# d1850fd with loader



## tefields31 (Aug 22, 2009)

Hello,
I am new to the site but love it so far. I purchased a little 
Jap tractor and I am having a little trouble with the loader(which
I really don't think has anything to do with the tractor itself). 
The tilt on the bucket leaks down after you tilt it up. The actual
arms up and down works great just the tilt is the trouble. It has
a double lever control valve. I was curious if anyone thought it
would be the spool piece in the valve or more likely the cylinders
leaking by. If the cylinders need a kit are they metric or A.S.E?
Any info about the tractor would be great. I am not a farmer just
bought it for deer food plots and around the house. Thought
the small size and 4x4 would be good for hard to reach places.
Thanks for any info in advance!
Tim


----------



## chrpmaster (May 5, 2004)

Welcome to the Tractor Forum Tim!

It sounds like the cylinder is your problem not the control valve. If the control valve sends fluid to the cylinder it is doing its job. I would check for a local hydraulic shop and take the cylinder into them. I did this in the spring on my cad digger and they rebuilt it for around $75. Not cheap but I got to watch them do it and learn how easy it is. The next one I will do myself and should be around ten dollars for the seals.

Andy


----------



## tefields31 (Aug 22, 2009)

Thanks for the reply.
I thought the same thing. I actually am a millwright in a papermill and rebuild cylinders all the time. I just
wasn't sure about the tractor. The loader is aftermarket. You
think the bore of the cylinders will be metric or Standard? I'm not
even sure they have metric but everything else on the tractor is.
Thanks again for the reply.
Tim


----------



## SHARTEL (Feb 11, 2009)

Hi Tim and Welcome to TF,

I agree with Andy!

The loader is most probably a domestic supplied implement as shipping a FEL from Japan makes for a much higher volume price.

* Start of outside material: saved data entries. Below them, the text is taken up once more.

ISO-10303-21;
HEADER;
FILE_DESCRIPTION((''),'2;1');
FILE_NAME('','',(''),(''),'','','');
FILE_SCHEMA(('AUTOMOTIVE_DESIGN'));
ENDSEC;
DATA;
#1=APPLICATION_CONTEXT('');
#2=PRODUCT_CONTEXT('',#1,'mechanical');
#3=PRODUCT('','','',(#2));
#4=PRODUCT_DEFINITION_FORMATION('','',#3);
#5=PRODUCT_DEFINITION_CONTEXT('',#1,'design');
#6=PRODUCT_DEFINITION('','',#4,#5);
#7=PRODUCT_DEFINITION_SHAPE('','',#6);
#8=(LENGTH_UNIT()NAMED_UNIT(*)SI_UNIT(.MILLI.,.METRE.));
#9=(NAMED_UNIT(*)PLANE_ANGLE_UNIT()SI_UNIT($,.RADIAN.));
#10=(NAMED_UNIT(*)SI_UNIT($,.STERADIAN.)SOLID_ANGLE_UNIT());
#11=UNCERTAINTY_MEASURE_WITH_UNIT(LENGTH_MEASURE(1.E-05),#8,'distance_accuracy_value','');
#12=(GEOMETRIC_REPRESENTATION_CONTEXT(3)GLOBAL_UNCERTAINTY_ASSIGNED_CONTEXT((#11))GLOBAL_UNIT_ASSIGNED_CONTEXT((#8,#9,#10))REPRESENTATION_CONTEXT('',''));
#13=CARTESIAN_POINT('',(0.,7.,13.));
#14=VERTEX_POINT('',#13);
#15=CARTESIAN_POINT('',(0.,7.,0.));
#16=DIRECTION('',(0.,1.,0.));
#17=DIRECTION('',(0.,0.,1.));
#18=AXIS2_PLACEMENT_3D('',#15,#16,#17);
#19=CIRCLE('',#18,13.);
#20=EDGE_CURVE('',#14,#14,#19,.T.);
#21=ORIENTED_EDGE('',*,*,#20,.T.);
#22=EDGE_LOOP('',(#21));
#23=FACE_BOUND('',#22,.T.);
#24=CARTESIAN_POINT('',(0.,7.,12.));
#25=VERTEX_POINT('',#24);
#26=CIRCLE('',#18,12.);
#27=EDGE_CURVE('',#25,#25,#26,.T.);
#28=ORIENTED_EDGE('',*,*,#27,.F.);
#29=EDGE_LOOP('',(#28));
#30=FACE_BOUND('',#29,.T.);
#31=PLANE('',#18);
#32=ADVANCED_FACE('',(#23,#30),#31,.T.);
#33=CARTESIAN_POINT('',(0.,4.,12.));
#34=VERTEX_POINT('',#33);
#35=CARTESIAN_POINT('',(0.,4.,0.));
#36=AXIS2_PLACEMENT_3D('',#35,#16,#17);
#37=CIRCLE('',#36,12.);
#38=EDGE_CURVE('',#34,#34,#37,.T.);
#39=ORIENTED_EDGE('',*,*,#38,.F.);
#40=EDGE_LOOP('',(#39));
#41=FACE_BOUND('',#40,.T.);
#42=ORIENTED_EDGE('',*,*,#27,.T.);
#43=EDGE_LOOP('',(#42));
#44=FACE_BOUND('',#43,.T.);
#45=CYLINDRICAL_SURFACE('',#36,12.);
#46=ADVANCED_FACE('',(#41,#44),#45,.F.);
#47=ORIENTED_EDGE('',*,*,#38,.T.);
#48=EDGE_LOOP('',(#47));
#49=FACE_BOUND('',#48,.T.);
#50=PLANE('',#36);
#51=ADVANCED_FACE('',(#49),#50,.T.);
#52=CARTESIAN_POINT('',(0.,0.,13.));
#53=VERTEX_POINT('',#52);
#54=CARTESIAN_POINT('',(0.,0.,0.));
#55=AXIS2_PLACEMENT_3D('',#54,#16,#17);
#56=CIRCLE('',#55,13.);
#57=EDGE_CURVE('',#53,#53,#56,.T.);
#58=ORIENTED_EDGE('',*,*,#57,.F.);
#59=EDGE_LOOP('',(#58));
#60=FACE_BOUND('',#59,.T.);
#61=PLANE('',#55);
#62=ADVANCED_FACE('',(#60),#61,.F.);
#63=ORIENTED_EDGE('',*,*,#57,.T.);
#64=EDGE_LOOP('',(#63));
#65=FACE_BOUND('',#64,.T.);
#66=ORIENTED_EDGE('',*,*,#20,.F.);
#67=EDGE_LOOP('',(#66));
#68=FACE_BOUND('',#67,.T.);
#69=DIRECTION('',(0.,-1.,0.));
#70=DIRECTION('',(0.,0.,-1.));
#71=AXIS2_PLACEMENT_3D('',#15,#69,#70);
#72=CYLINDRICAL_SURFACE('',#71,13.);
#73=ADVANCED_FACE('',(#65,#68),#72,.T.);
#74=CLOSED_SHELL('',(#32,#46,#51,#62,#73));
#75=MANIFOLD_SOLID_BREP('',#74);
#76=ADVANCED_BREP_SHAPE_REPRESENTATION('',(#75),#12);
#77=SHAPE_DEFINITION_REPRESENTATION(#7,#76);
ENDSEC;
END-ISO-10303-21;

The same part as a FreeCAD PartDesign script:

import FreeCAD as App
import Part
import Sketcher
Q = App.Units.Quantity

doc = App.newDocument("Part")
params = doc.addObject("Spreadsheet::Sheet", "Params")
for row, (alias, value) in enumerate([
    ("sketch1_diameter", "26 mm"),
    ("pad1_length", "7 mm"),
    ("sketch2_diameter", "24 mm"),
    ("pocket1_length", "3 mm"),
], start=1):
    params.set(f"A{row}", alias)
    params.set(f"B{row}", "=" + value)
    params.setAlias(f"B{row}", alias)

body = doc.addObject("PartDesign::Body", "Body")

# Sketch on XZ plane
sketch1 = body.newObject("Sketcher::SketchObject", "Sketch")
sketch1.AttachmentSupport = (doc.getObject("XZ_Plane"), [""])
sketch1.MapMode = "FlatFace"
sketch1.addGeometry(Part.Circle(App.Vector(0, 0, 0), App.Vector(0, 0, 1), 13), False)
sketch1.addConstraint(Sketcher.Constraint("Coincident", 0, 3, -1, 1))
sketch1.addConstraint(Sketcher.Constraint("Diameter", 0, Q("26 mm")))
sketch1.setExpression("Constraints[1]", "Params.sketch1_diameter")
pad1 = body.newObject("PartDesign::Pad", "Pad")
pad1.Profile = sketch1
pad1.setExpression("Length", "Params.pad1_length")
pad1.Reversed = True

# Sketch on XZ plane
sketch2 = body.newObject("Sketcher::SketchObject", "Sketch001")
sketch2.AttachmentSupport = (doc.getObject("XZ_Plane"), [""])
sketch2.MapMode = "FlatFace"
sketch2.AttachmentOffset = App.Placement(App.Vector(0, 0, -7), App.Rotation())
sketch2.addGeometry(Part.Circle(App.Vector(0, 0, 0), App.Vector(0, 0, 1), 12), False)
sketch2.addConstraint(Sketcher.Constraint("Coincident", 0, 3, -1, 1))
sketch2.addConstraint(Sketcher.Constraint("Diameter", 0, Q("24 mm")))
sketch2.setExpression("Constraints[1]", "Params.sketch2_diameter")
pocket1 = body.newObject("PartDesign::Pocket", "Pocket")
pocket1.Profile = sketch2
pocket1.setExpression("Length", "Params.pocket1_length")
pocket1.Reversed = True

doc.recompute()
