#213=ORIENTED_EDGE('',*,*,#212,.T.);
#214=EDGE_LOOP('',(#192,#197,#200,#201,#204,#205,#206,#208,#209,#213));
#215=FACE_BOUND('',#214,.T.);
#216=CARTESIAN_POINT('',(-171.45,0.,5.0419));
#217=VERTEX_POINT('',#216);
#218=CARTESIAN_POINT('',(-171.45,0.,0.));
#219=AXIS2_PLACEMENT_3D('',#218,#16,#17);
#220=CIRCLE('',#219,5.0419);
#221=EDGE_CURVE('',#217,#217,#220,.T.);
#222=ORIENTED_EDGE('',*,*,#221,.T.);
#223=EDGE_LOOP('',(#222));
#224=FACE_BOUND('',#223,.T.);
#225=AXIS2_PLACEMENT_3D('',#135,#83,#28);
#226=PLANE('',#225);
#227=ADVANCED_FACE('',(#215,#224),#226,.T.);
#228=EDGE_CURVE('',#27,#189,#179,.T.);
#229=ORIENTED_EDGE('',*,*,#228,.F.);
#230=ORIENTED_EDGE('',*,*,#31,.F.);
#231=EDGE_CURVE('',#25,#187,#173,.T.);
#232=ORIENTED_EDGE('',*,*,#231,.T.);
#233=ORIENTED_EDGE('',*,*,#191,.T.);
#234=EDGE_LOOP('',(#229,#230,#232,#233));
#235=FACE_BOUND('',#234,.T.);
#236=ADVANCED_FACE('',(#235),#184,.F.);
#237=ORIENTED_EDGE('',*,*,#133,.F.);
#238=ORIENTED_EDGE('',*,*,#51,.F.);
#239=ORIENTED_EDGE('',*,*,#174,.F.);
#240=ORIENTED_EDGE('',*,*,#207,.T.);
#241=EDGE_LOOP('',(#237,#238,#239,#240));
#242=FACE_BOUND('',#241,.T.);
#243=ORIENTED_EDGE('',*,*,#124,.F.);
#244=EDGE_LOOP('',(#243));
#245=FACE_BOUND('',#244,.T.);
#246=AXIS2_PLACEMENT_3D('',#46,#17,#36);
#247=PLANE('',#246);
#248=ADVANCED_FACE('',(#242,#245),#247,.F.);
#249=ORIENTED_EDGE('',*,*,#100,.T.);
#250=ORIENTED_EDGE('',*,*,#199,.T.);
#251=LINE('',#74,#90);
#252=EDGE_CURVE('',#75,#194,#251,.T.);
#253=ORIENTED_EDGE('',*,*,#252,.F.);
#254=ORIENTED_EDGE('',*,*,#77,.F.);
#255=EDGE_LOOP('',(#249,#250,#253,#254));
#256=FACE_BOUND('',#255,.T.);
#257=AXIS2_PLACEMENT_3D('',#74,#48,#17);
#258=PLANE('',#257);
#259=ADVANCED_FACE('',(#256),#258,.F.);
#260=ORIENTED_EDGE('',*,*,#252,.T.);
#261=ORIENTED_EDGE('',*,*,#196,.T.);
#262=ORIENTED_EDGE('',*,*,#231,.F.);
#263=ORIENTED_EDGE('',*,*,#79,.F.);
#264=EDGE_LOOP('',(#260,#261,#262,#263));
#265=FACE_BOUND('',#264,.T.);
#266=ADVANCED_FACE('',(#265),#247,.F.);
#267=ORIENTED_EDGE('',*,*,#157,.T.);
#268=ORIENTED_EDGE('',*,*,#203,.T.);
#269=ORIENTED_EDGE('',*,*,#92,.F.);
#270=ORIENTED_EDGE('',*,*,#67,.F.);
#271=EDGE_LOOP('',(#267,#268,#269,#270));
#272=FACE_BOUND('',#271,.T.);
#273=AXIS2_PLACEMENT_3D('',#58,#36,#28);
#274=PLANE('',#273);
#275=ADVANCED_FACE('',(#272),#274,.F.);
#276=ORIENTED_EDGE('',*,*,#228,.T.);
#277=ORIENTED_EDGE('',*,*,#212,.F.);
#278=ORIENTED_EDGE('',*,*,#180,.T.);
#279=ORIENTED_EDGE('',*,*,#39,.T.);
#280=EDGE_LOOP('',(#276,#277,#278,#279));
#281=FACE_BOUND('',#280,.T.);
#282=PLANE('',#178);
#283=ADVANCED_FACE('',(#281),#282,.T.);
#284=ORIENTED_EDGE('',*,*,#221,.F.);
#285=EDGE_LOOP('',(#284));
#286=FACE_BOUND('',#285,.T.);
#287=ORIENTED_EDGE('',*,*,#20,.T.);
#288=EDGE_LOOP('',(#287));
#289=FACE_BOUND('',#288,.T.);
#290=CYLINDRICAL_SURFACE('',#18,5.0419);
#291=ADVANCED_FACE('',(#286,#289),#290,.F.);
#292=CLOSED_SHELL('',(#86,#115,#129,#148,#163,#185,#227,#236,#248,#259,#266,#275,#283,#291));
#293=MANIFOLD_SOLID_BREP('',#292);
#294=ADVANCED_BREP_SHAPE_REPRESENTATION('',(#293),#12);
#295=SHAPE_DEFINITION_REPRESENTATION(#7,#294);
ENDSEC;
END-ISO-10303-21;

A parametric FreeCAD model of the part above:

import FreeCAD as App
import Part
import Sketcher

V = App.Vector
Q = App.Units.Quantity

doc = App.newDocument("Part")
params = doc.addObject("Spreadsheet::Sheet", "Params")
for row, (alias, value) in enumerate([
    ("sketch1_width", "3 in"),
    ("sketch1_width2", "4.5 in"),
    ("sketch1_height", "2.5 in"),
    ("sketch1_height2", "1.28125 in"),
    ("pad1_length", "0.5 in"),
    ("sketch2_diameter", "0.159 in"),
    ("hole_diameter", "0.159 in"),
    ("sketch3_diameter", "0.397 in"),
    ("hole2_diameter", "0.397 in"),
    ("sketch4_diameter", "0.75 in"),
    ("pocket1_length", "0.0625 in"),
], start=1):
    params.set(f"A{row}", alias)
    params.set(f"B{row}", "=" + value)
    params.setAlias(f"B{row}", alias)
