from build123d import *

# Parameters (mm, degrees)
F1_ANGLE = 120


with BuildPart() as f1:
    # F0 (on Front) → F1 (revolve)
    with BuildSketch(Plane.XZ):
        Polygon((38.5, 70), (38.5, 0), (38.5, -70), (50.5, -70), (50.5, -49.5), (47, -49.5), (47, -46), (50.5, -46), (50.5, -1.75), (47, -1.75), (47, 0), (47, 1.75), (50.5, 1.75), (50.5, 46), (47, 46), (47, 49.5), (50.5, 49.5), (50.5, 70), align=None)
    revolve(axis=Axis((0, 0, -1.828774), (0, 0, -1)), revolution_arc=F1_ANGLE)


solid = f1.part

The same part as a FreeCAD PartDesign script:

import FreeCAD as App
import Part
import Sketcher
from FreeCAD import Vector

doc = App.newDocument("Part")
body = doc.addObject("PartDesign::Body", "Body")

# Sketch on XZ plane
sketch1 = doc.addObject("Sketcher::SketchObject", "Sketch")
body.addObject(sketch1)
sketch1.AttachmentSupport = (doc.XZ_Plane, [""])
sketch1.MapMode = "FlatFace"
sketch1.addGeometry(Part.LineSegment(Vector(38.5, 70, 0), Vector(38.5, -70, 0)), False)
sketch1.addGeometry(Part.LineSegment(Vector(38.5, -70, 0), Vector(50.5, -70, 0)), False)
sketch1.addGeometry(Part.LineSegment(Vector(50.5, -70, 0), Vector(50.5, -49.5, 0)), False)
sketch1.addGeometry(Part.LineSegment(Vector(50.5, -49.5, 0), Vector(47, -49.5, 0)), False)
sketch1.addGeometry(Part.LineSegment(Vector(47, -49.5, 0), Vector(47, -46, 0)), False)
sketch1.addGeometry(Part.LineSegment(Vector(47, -46, 0), Vector(50.5, -46, 0)), False)
sketch1.addGeometry(Part.LineSegment(Vector(50.5, -46, 0), Vector(50.5, -1.8, 0)), False)
sketch1.addGeometry(Part.LineSegment(Vector(50.5, -1.8, 0), Vector(47, -1.8, 0)), False)
sketch1.addGeometry(Part.LineSegment(Vector(47, -1.8, 0), Vector(47, 1.8, 0)), False)
sketch1.addGeometry(Part.LineSegment(Vector(47, 1.8, 0), Vector(50.5, 1.8, 0)), False)
sketch1.addGeometry(Part.LineSegment(Vector(50.5, 1.8, 0), Vector(50.5, 46, 0)), False)
sketch1.addGeometry(Part.LineSegment(Vector(50.5, 46, 0), Vector(47, 46, 0)), False)
sketch1.addGeometry(Part.LineSegment(Vector(47, 46, 0), Vector(47, 49.5, 0)), False)
sketch1.addGeometry(Part.LineSegment(Vector(47, 49.5, 0), Vector(50.5, 49.5, 0)), False)
sketch1.addGeometry(Part.LineSegment(Vector(50.5, 49.5, 0), Vector(50.5, 70, 0)), False)
sketch1.addGeometry(Part.LineSegment(Vector(50.5, 70, 0), Vector(38.5, 70, 0)), False)
sketch1.addConstraint(Sketcher.Constraint("Coincident", 0, 2, 1, 1))
sketch1.addConstraint(Sketcher.Constraint("Coincident", 1, 2, 2, 1))
sketch1.addConstraint(Sketcher.Constraint("Coincident", 2, 2, 3, 1))
sketch1.addConstraint(Sketcher.Constraint("Coincident", 3, 2, 4, 1))
sketch1.addConstraint(Sketcher.Constraint("Coincident", 4, 2, 5, 1))
sketch1.addConstraint(Sketcher.Constraint("Coincident", 5, 2, 6, 1))
sketch1.addConstraint(Sketcher.Constraint("Coincident", 6, 2, 7, 1))
sketch1.addConstraint(Sketcher.Constraint("Coincident", 7, 2, 8, 1))
sketch1.addConstraint(Sketcher.Constraint("Coincident", 8, 2, 9, 1))
sketch1.addConstraint(Sketcher.Constraint("Coincident", 9, 2, 10, 1))
sketch1.addConstraint(Sketcher.Constraint("Coincident", 10, 2, 11, 1))
sketch1.addConstraint(Sketcher.Constraint("Coincident", 11, 2, 12, 1))
sketch1.addConstraint(Sketcher.Constraint("Coincident", 12, 2, 13, 1))
sketch1.addConstraint(Sketcher.Constraint("Coincident", 13, 2, 14, 1))
sketch1.addConstraint(Sketcher.Constraint("Coincident", 14, 2, 15, 1))
sketch1.addConstraint(Sketcher.Constraint("Coincident", 15, 2, 0, 1))
sketch1.addConstraint(Sketcher.Constraint("Vertical", 0))
sketch1.addConstraint(Sketcher.Constraint("Horizontal", 1))
sketch1.addConstraint(Sketcher.Constraint("Vertical", 2))
sketch1.addConstraint(Sketcher.Constraint("Horizontal", 3))
sketch1.addConstraint(Sketcher.Constraint("Vertical", 4))
sketch1.addConstraint(Sketcher.Constraint("Horizontal", 5))
sketch1.addConstraint(Sketcher.Constraint("Vertical", 6))
sketch1.addConstraint(Sketcher.Constraint("Horizontal", 7))
sketch1.addConstraint(Sketcher.Constraint("Vertical", 8))
sketch1.addConstraint(Sketcher.Constraint("Horizontal", 9))
sketch1.addConstraint(Sketcher.Constraint("Vertical", 10))
sketch1.addConstraint(Sketcher.Constraint("Horizontal", 11))
sketch1.addConstraint(Sketcher.Constraint("Vertical", 12))
sketch1.addConstraint(Sketcher.Constraint("Horizontal", 13))
sketch1.addConstraint(Sketcher.Constraint("Vertical", 14))
sketch1.addConstraint(Sketcher.Constraint("Horizontal", 15))
sketch1.addConstraint(Sketcher.Constraint("Symmetric", 6, 2, 9, 2, -1))
sketch1.addConstraint(Sketcher.Constraint("Symmetric", 4, 2, 11, 2, -1))
sketch1.addConstraint(Sketcher.Constraint("Symmetric", 2, 2, 13, 2, -1))
sketch1.addConstraint(Sketcher.Constraint("Vertical", 2, 2, 5, 2))
sketch1.addConstraint(Sketcher.Constraint("Vertical", 4, 2, 7, 2))
sketch1.addConstraint(Sketcher.Constraint("Equal", 13, 4))
sketch1.addConstraint(Sketcher.Constraint("Equal", 4, 8))
sketch1.addConstraint(Sketcher.Constraint("Equal", 2, 14))
sketch1.addConstraint(Sketcher.Constraint("DistanceX", 1, 1, 1, 2, 12.0))
sketch1.addConstraint(Sketcher.Constraint("DistanceY", 0, 2, 0, 1, 140.0))
sketch1.addConstraint(Sketcher.Constraint("DistanceX", 3, 2, 3, 1, 3.5))
sketch1.addConstraint(Sketcher.Constraint("DistanceY", 2, 1, 2, 2, 20.5))
sketch1.addConstraint(Sketcher.Constraint("DistanceX", -1, 1, 3, 2, 47.0))
revolution = doc.addObject("PartDesign::Revolution", "Revolution")
body.addObject(revolution)
revolution.Profile = sketch1
revolution.ReferenceAxis = (sketch1, ["V_Axis"])
revolution.Angle = 120
revolution.Reversed = True

doc.recompute()
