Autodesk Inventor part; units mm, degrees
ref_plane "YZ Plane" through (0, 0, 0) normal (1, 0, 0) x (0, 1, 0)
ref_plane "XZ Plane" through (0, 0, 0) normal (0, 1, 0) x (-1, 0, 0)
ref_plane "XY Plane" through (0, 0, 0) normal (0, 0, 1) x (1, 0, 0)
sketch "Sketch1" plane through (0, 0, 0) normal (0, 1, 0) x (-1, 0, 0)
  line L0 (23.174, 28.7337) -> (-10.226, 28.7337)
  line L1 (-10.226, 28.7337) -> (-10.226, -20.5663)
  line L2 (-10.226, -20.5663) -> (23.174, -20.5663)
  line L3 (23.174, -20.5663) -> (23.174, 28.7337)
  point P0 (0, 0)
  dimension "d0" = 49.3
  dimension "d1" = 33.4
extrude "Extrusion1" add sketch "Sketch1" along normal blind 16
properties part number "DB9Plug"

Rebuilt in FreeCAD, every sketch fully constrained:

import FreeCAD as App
import Part
import Sketcher
from FreeCAD import Vector


def add_polygon(sketch, points):
    """Adds a closed chain of lines whose ends are joined by coincident constraints."""
    first, n = sketch.GeometryCount, len(points)
    for a, b in zip(points, points[1:] + points[:1]):
        sketch.addGeometry(Part.LineSegment(App.Vector(*a, 0), App.Vector(*b, 0)), False)
    for i in range(n):
        sketch.addConstraint(Sketcher.Constraint("Coincident", first + i, 2, first + (i + 1) % n, 1))

doc = App.newDocument("Part")
params = doc.addObject("Spreadsheet::Sheet", "Params")
for row, (alias, value) in enumerate([
    ("sketch1_width", "33.4 mm"),
    ("sketch1_height", "49.3 mm"),
    ("pad1_length", "16 mm"),
], start=1):
    params.set(f"A{row}", alias)
    params.set(f"B{row}", "=" + value)
    params.setAlias(f"B{row}", alias)

body = doc.addObject("PartDesign::Body", "Body")

# Sketch on XZ plane
sketch1 = doc.addObject("Sketcher::SketchObject", "Sketch")
body.addObject(sketch1)
sketch1.AttachmentSupport = (doc.XZ_Plane, [""])
sketch1.MapMode = "FlatFace"
add_polygon(sketch1, [(-23.174, -20.5663), (-23.174, 28.7337), (10.226, 28.7337), (10.226, -20.5663)])  # lines 0-3
sketch1.addConstraint([
    Sketcher.Constraint("Vertical", 0),
    Sketcher.Constraint("Horizontal", 1),
    Sketcher.Constraint("Vertical", 2),
    Sketcher.Constraint("Horizontal", 3),
    Sketcher.Constraint("DistanceX", 1, 1, 1, 2, 33.4),
    Sketcher.Constraint("DistanceY", 0, 1, 0, 2, 49.3),
    Sketcher.Constraint("DistanceX", 0, 2, -1, 1, 23.174),
    Sketcher.Constraint("DistanceY", -1, 1, 0, 2, 28.7337),
])
sketch1.setExpression("Constraints[8]", "Params.sketch1_width")
sketch1.setExpression("Constraints[9]", "Params.sketch1_height")
pad1 = doc.addObject("PartDesign::Pad", "Pad")
body.addObject(pad1)
pad1.Profile = sketch1
pad1.setExpression("Length", "Params.pad1_length")
pad1.Reversed = True

doc.recompute()
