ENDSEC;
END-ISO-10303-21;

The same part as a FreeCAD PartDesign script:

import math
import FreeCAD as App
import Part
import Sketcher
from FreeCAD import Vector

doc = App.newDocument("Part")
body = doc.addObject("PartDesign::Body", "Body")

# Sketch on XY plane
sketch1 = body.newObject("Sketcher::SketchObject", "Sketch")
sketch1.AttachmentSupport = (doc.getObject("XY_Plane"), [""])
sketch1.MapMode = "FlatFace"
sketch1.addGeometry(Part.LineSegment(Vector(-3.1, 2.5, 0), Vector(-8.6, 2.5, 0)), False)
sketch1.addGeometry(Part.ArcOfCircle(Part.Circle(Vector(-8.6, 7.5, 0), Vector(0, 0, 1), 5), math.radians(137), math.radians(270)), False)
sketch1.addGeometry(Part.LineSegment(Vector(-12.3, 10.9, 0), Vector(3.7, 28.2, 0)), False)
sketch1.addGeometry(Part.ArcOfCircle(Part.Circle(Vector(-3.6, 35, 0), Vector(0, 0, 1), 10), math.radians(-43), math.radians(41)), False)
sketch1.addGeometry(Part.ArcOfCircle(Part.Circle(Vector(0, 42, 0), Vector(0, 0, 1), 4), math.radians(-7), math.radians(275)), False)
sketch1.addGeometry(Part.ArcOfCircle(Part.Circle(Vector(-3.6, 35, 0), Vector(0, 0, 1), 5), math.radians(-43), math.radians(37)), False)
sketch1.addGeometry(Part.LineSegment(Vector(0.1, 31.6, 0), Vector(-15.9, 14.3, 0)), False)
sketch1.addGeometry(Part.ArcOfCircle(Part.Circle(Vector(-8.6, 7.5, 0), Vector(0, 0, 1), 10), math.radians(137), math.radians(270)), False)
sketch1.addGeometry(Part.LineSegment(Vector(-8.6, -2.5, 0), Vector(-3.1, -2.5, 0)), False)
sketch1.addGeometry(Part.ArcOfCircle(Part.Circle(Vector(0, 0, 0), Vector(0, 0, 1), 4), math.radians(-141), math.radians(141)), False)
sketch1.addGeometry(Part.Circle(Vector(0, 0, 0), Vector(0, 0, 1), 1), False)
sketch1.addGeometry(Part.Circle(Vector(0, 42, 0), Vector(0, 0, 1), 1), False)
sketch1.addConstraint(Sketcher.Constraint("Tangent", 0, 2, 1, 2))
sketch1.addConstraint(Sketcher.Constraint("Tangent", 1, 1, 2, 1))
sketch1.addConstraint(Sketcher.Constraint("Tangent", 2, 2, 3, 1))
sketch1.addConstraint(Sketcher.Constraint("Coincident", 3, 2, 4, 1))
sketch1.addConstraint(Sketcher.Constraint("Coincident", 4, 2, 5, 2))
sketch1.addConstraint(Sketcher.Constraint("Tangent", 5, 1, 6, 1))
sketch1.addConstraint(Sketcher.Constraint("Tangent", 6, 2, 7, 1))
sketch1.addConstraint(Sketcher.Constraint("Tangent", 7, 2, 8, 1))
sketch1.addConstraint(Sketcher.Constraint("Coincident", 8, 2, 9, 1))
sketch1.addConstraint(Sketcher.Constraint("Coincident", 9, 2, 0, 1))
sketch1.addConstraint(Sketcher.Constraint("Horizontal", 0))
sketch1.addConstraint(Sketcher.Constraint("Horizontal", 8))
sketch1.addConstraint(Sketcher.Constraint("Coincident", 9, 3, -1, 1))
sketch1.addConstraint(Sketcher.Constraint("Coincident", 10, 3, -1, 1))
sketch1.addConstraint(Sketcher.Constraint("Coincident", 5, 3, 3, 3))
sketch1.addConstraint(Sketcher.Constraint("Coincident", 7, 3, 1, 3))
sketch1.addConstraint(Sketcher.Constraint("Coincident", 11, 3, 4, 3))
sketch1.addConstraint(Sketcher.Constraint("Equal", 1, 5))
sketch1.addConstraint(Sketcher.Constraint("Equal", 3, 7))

They do like to load a container as full as possible including partial disasembly to 'cram' them in there.

You might discover an ISO number somewhere on your FEL is you look on the undersides of the loader frame. 

Mitsubishi builds a very reliable tractor and with simple maintenance, it should last you for decades !

SHARTEL


----------



## tefields31 (Aug 22, 2009)

thanks shartel,
I think I will put a couple of kits in the cylinders.
Tim


----------